While Huckabee still faces significant odds, Iowa spoke up in its slightly starchy voice that is listened to only once every four years and informed the nation in no uncertain terms that it likes Mike. And that, unfortunately for Iowans everywhere, is grounds enough for removal from the United States.

It is truly regrettable. After all, only 339,000 people of Iowa’s nearly three million citizens took part in the caucus, and it is very much a shame that 40,841 people could ruin the lives—or at least the nationalities and healthcare benefits—of so many others. But those 40,841 residents are not isolated. They live north, east, south, and west inside Iowa’s borders. They have spread like a poison—or, indeed, like a rank fungus—across the state, and though they may not yet have contaminated the at least 298,000 anti-Huckabee voters with their gangrenous pus, the 2,643,000 or so Iowans who did not vote at all are entirely questionable. And where mightn’t they spread once they’ve completed their conquest of the Hawkeye State?
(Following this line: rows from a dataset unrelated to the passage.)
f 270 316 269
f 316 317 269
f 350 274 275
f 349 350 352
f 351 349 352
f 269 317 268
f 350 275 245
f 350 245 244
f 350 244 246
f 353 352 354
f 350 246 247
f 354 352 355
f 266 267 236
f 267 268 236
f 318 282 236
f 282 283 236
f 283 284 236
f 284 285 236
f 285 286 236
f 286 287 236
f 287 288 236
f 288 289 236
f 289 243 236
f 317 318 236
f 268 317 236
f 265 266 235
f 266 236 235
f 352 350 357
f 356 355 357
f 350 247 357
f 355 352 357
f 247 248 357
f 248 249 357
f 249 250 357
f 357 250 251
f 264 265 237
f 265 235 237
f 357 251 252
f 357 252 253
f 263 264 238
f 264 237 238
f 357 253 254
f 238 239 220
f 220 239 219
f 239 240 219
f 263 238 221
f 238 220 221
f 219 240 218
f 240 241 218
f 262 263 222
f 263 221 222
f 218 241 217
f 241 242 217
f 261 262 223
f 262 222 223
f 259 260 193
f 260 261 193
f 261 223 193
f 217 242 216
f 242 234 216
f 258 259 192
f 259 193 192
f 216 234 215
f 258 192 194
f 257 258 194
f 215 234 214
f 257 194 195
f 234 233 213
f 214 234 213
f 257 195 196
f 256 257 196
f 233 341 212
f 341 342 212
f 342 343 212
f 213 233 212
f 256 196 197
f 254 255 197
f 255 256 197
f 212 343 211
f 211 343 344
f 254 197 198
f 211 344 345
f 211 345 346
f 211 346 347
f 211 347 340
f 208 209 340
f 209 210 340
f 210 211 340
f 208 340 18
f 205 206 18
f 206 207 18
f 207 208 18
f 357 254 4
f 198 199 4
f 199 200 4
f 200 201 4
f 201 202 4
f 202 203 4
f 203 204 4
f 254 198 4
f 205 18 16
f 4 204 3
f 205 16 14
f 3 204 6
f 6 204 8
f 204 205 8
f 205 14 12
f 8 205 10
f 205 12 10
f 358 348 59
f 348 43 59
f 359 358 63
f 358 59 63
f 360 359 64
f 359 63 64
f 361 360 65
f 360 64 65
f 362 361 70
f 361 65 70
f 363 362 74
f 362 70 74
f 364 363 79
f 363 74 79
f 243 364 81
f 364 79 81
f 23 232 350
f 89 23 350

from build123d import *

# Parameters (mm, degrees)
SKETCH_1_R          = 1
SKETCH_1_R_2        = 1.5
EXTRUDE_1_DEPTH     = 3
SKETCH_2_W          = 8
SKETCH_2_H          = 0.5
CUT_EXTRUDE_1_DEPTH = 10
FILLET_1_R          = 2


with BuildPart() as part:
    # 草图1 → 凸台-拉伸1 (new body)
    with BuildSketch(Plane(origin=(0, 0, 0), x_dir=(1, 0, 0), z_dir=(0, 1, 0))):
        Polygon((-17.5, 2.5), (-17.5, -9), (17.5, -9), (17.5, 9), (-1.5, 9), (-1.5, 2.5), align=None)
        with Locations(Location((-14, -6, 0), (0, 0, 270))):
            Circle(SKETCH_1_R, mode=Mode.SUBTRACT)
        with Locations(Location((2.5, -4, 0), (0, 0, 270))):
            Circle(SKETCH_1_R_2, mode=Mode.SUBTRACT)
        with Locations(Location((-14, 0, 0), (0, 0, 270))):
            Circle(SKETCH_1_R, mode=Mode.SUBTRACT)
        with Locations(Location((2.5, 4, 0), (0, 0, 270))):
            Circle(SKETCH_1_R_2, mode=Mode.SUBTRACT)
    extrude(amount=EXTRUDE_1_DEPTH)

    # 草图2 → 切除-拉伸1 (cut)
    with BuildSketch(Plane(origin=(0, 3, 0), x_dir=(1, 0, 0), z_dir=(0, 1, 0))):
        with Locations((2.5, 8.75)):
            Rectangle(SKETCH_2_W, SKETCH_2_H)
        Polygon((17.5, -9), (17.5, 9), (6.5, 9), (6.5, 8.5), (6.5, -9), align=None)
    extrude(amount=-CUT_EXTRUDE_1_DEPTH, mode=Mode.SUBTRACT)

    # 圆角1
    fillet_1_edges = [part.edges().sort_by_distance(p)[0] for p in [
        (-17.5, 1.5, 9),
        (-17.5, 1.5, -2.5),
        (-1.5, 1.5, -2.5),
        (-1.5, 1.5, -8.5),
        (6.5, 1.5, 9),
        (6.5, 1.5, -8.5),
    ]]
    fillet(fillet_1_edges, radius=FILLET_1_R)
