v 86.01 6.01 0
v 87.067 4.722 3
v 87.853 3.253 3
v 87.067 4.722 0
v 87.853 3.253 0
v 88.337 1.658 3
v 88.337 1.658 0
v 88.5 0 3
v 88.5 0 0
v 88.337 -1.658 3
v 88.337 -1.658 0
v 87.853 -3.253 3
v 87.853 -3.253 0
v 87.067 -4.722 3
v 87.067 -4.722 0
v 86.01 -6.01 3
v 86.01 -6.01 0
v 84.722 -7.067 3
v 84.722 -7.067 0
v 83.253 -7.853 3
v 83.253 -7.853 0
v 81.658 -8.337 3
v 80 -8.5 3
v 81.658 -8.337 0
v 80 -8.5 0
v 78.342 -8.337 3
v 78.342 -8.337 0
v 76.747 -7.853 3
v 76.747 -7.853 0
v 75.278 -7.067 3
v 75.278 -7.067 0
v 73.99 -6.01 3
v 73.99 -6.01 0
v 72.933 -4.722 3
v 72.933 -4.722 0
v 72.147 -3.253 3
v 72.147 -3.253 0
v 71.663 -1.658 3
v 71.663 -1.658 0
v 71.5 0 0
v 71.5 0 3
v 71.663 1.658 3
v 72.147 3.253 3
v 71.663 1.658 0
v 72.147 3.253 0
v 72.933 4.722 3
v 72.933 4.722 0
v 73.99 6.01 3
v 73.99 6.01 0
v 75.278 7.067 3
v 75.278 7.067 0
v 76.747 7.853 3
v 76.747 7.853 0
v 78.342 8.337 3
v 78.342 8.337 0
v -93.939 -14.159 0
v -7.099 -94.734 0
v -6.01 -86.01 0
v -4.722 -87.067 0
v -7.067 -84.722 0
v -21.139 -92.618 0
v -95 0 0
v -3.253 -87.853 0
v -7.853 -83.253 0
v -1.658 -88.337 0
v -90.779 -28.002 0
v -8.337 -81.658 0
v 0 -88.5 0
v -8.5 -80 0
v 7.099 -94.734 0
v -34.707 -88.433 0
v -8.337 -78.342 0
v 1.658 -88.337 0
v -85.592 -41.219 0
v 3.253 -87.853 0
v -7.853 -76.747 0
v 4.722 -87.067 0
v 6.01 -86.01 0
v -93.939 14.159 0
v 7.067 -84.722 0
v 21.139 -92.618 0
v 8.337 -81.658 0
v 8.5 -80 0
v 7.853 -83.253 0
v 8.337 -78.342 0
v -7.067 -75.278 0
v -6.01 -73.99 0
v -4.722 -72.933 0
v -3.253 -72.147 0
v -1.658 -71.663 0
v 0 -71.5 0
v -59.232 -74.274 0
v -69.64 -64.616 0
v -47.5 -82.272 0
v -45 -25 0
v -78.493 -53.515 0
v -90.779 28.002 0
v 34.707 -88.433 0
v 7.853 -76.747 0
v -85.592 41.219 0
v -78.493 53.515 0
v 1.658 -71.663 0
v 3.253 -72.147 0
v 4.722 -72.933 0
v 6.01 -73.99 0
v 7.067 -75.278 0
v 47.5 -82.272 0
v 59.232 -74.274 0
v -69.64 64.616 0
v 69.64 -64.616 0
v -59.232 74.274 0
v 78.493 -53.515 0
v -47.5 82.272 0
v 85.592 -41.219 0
The entire nation is in the grips of a horrible peril, and the 49 other shaken pieces, give or take Arkansas, must be salvaged.

The best course of action at this point is to act swiftly and decisively. All Iowans must be immediately relieved of their citizenship, their representatives of their positions, and their roads of their American access. A wall much like that propped against our friendly Mexican neighbors must be immediately installed where Iowa strokes with contaminated fingers the noble states of South Dakota, Minnesota, Wisconsin, Nebraska, Kansas, Missouri, and our own Illinois. Those Iowans valuing their American-ness over their defamed Iowan-ness may apply for citizenship, but only those who pass the citizenship test—I propose a modified one with a simple IQ examination rather than the historical version offered to other foreigners—may be allowed back into the country. The rest of the Iowan populace must bumble and rot in its own putrid ways.

It is conceivable, of course, to ponder expelling not Iowa but the Iowans who ceded any rights that they once had to call themselves Americans. The land that Iowans call their own is still useful even if its inhabitants aren’t. Iowa is a major producer of pork, corn, soybeans, and eggs, and last year its gross domestic product totaled $123.97 million. It is tempting, then, to consider seizing this agriculturally (if not so much anthropologically) fertile land, and ridding it, too, of Iowans. History, however, has shown this method of expulsion to be, by and large, rather problematic—the Trail of Tears and the partition of India, for instance. And while any possible merits of such a harsh course of action linger in obscurity (for it is not for me to explore them), these events tend not to be looked up on favorably in history books and the like.

The solution is simple and urgent. Iowa is rising like a great swollen plague, and only expulsion can save us now.